Director Deborah Chow, whose The High Cost of Living won the Skyy Vodka Award for Best Canadian First Feature Film. said the $15,000 cash $15,000 prize means she wouldn't have to return to her job at Starbucks next week. Chow's film stars Isabelle Blais as expectant mother, and former Scrubs star Zach Braff as a drug-addict. In another juried award, the $10,000 National Film Board-sponsored Canadian Short Film Award went to Vince Biron for Les fleurs de l'age, about school children on a summer's day.

Other audience awards included the Cadillac People's Choice Midnight Madness Award for Stake Land, a vampire flick about a teen and an older man making their way across a post-apocalyptic America. In accepting the award, writer-actor, Nick Damici, joked: "The film was about escaping to Canada - and now we have."

The runner-up was the Canadian mockumentary, Fubar II, about two metal-heads who take a job on the pipe lines in Fort McMurray.

The Cadillac People's Choice Documentary Award went to Sturla Gunarrson's Force of Nature: The David Suzuki Movie, featuring the 75-year-old Canadian environmentalist. The Runner-up was Patricio Guzman's Nostalgia for the Light, about Chile's political history and its Atacama Desert.

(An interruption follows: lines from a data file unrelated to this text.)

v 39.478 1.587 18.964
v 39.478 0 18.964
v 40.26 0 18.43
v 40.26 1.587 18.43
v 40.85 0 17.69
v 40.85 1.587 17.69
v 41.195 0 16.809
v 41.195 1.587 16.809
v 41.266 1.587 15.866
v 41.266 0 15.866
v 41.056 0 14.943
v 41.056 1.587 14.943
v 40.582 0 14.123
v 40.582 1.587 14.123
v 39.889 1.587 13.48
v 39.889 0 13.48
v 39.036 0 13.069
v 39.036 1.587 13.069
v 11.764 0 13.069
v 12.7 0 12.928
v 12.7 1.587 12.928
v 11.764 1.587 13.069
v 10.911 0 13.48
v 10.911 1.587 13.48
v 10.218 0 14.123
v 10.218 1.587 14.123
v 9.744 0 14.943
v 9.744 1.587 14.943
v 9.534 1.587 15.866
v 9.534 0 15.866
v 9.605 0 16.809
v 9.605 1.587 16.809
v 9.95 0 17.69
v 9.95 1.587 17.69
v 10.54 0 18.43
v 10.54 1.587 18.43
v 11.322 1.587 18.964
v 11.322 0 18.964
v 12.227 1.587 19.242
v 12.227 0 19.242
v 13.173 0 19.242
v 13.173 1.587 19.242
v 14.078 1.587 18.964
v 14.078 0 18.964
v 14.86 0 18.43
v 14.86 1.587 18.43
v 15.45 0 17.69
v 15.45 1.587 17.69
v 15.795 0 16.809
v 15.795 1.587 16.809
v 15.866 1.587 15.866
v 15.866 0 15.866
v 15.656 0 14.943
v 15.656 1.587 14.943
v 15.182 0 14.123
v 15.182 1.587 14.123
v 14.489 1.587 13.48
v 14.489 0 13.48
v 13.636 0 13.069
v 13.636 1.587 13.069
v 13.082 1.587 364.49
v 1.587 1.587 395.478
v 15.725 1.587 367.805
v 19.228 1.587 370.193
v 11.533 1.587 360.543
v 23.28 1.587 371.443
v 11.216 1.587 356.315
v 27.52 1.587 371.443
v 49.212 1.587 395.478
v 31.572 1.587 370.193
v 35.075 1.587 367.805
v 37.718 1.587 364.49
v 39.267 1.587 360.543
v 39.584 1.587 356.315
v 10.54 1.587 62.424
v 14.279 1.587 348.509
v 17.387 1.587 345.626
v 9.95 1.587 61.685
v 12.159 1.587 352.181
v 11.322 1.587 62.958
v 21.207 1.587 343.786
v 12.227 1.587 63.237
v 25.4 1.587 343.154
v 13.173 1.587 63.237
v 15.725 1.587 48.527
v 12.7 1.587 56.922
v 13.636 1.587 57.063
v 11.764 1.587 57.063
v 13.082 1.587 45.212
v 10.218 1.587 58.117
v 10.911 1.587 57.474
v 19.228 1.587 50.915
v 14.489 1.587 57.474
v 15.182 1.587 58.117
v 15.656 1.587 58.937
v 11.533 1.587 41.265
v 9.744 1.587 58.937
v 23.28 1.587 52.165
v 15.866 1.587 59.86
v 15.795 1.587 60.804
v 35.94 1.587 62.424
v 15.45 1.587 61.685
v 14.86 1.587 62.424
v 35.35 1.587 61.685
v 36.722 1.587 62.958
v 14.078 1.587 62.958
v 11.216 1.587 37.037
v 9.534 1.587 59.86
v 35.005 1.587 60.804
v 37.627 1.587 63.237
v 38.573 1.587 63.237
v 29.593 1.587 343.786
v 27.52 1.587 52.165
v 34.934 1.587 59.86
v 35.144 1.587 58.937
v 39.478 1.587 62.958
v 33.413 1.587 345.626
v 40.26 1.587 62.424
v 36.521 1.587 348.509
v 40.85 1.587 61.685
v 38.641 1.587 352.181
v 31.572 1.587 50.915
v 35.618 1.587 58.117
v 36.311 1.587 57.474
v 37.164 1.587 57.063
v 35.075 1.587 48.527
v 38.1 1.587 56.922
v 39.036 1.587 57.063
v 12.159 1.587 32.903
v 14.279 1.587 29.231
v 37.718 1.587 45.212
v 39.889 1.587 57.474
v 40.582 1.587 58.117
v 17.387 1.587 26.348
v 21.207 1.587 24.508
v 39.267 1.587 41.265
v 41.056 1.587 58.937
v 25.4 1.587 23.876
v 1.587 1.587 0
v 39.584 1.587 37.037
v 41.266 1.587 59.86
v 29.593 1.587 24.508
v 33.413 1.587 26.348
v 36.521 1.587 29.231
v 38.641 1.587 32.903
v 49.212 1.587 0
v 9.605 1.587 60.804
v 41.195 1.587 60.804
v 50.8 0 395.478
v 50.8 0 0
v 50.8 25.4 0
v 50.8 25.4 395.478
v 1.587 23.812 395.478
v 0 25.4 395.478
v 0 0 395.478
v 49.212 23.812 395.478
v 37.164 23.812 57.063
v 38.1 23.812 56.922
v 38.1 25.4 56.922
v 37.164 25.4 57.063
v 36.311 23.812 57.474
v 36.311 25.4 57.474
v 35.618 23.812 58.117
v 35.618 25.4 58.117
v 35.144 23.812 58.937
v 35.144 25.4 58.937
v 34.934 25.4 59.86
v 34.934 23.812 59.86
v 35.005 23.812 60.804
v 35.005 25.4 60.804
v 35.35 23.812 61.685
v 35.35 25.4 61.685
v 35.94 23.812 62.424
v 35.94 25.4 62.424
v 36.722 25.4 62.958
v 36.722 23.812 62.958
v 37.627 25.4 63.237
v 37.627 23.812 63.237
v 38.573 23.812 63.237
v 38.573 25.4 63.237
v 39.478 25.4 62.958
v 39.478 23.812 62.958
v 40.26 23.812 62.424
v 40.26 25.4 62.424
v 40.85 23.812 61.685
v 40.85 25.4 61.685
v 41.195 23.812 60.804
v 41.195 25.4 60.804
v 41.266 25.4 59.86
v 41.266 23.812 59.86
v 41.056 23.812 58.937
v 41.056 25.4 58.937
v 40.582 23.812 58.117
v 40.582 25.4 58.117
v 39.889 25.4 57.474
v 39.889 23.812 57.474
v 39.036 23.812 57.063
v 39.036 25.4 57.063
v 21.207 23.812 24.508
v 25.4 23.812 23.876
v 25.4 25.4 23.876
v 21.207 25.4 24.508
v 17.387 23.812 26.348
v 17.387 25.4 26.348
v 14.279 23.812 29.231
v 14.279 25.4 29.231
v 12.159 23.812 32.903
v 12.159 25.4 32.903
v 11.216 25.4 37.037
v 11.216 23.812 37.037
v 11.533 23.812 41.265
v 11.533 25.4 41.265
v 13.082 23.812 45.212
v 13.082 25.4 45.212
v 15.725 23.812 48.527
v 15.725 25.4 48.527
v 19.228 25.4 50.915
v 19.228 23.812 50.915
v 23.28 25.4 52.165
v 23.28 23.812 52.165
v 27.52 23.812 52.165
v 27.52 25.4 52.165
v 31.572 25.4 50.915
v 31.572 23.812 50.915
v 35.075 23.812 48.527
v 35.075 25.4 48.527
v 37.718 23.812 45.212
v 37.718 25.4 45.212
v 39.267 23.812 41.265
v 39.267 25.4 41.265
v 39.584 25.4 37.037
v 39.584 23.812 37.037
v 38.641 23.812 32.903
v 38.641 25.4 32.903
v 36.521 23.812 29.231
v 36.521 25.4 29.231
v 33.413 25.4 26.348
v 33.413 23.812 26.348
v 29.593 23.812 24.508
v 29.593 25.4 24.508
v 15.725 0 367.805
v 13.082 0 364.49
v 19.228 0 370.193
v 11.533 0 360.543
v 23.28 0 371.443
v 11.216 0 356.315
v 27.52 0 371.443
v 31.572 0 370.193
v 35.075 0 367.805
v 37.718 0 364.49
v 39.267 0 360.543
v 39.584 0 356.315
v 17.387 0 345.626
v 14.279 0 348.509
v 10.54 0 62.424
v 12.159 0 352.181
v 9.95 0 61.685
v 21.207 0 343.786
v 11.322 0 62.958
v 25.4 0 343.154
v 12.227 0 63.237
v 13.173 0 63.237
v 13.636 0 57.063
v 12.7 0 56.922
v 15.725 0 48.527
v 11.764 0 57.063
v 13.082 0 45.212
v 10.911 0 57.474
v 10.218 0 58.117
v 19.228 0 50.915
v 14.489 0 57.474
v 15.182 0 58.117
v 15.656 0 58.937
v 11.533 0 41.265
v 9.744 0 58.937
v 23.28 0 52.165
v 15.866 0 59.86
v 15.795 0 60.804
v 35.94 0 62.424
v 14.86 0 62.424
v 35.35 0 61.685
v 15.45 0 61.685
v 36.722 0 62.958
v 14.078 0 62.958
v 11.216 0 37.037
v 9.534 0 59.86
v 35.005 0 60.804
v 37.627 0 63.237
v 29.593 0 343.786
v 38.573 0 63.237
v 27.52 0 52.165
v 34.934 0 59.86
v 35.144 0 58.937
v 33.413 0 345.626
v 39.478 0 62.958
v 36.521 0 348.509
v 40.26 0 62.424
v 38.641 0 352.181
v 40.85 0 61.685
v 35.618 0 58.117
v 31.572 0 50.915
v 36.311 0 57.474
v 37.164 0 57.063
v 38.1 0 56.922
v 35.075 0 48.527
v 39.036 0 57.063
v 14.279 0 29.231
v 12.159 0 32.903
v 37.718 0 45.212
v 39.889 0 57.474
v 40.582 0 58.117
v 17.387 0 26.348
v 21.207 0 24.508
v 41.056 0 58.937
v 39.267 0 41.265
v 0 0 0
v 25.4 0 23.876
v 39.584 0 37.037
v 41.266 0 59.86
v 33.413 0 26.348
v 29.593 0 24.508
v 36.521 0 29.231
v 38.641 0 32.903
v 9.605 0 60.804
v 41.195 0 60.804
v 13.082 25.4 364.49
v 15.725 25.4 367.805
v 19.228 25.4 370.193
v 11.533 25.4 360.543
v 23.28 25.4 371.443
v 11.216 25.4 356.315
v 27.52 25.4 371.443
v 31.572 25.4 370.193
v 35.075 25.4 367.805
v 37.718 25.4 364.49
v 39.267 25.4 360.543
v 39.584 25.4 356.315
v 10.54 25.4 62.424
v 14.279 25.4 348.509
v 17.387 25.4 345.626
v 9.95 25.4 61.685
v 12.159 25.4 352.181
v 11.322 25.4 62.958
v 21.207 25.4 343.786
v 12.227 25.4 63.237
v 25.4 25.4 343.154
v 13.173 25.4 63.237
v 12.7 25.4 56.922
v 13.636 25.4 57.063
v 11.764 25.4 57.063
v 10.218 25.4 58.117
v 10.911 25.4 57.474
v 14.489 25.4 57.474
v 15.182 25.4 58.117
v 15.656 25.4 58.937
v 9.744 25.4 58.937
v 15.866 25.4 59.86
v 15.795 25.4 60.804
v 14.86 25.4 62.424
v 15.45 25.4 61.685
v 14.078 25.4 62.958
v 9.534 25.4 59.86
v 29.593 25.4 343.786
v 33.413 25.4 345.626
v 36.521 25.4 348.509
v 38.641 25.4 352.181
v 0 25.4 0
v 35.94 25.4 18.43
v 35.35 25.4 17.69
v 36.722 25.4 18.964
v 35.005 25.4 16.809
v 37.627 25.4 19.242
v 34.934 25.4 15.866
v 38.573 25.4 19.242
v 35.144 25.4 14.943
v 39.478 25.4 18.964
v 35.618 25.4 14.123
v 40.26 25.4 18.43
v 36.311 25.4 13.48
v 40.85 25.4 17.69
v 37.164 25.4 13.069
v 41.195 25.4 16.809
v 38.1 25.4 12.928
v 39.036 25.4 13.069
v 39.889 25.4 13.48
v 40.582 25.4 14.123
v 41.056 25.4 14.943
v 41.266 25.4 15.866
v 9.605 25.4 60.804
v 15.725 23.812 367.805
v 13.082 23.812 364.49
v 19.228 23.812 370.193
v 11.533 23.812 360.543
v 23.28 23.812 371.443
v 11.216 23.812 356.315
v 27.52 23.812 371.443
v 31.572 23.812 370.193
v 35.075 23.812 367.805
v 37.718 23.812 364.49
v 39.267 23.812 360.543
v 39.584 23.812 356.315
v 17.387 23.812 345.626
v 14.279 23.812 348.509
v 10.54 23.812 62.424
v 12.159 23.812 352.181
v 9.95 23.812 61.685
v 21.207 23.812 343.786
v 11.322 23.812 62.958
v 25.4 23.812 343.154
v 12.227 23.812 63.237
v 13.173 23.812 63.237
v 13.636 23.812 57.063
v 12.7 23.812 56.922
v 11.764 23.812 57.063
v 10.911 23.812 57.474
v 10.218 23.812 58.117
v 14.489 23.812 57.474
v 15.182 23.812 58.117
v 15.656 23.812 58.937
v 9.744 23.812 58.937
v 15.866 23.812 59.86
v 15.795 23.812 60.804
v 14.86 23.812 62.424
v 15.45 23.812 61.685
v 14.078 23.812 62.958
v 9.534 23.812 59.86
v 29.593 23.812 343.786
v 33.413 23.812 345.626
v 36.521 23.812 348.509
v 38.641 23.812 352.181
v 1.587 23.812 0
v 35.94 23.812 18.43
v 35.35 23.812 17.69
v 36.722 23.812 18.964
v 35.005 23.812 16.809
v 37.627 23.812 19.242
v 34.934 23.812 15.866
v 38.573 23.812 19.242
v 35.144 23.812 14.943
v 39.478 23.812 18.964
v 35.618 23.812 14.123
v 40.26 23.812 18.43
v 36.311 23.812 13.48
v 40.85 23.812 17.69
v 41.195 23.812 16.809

A jury for the International Federation of Film Critics (FIPRESCI) gave out two awards, to Pierre Thoretton's documentary L'amour fou, a portrait of fashion designer Yves Saint Laurent, in the festival's Special Presentations program. In the Discovery program, the jury gave the prize to Shawn Ku's drama Beautiful Boy, starring Michael Sheen and Mario Bello as grieving parents of a school killing. First time director, Shawn Ku, currently in Spain for the San Sebastian film festival, send a message expressing gratitude and surprise, because he had a "secret resignation that this small film would be lost" among so many choices at the festival.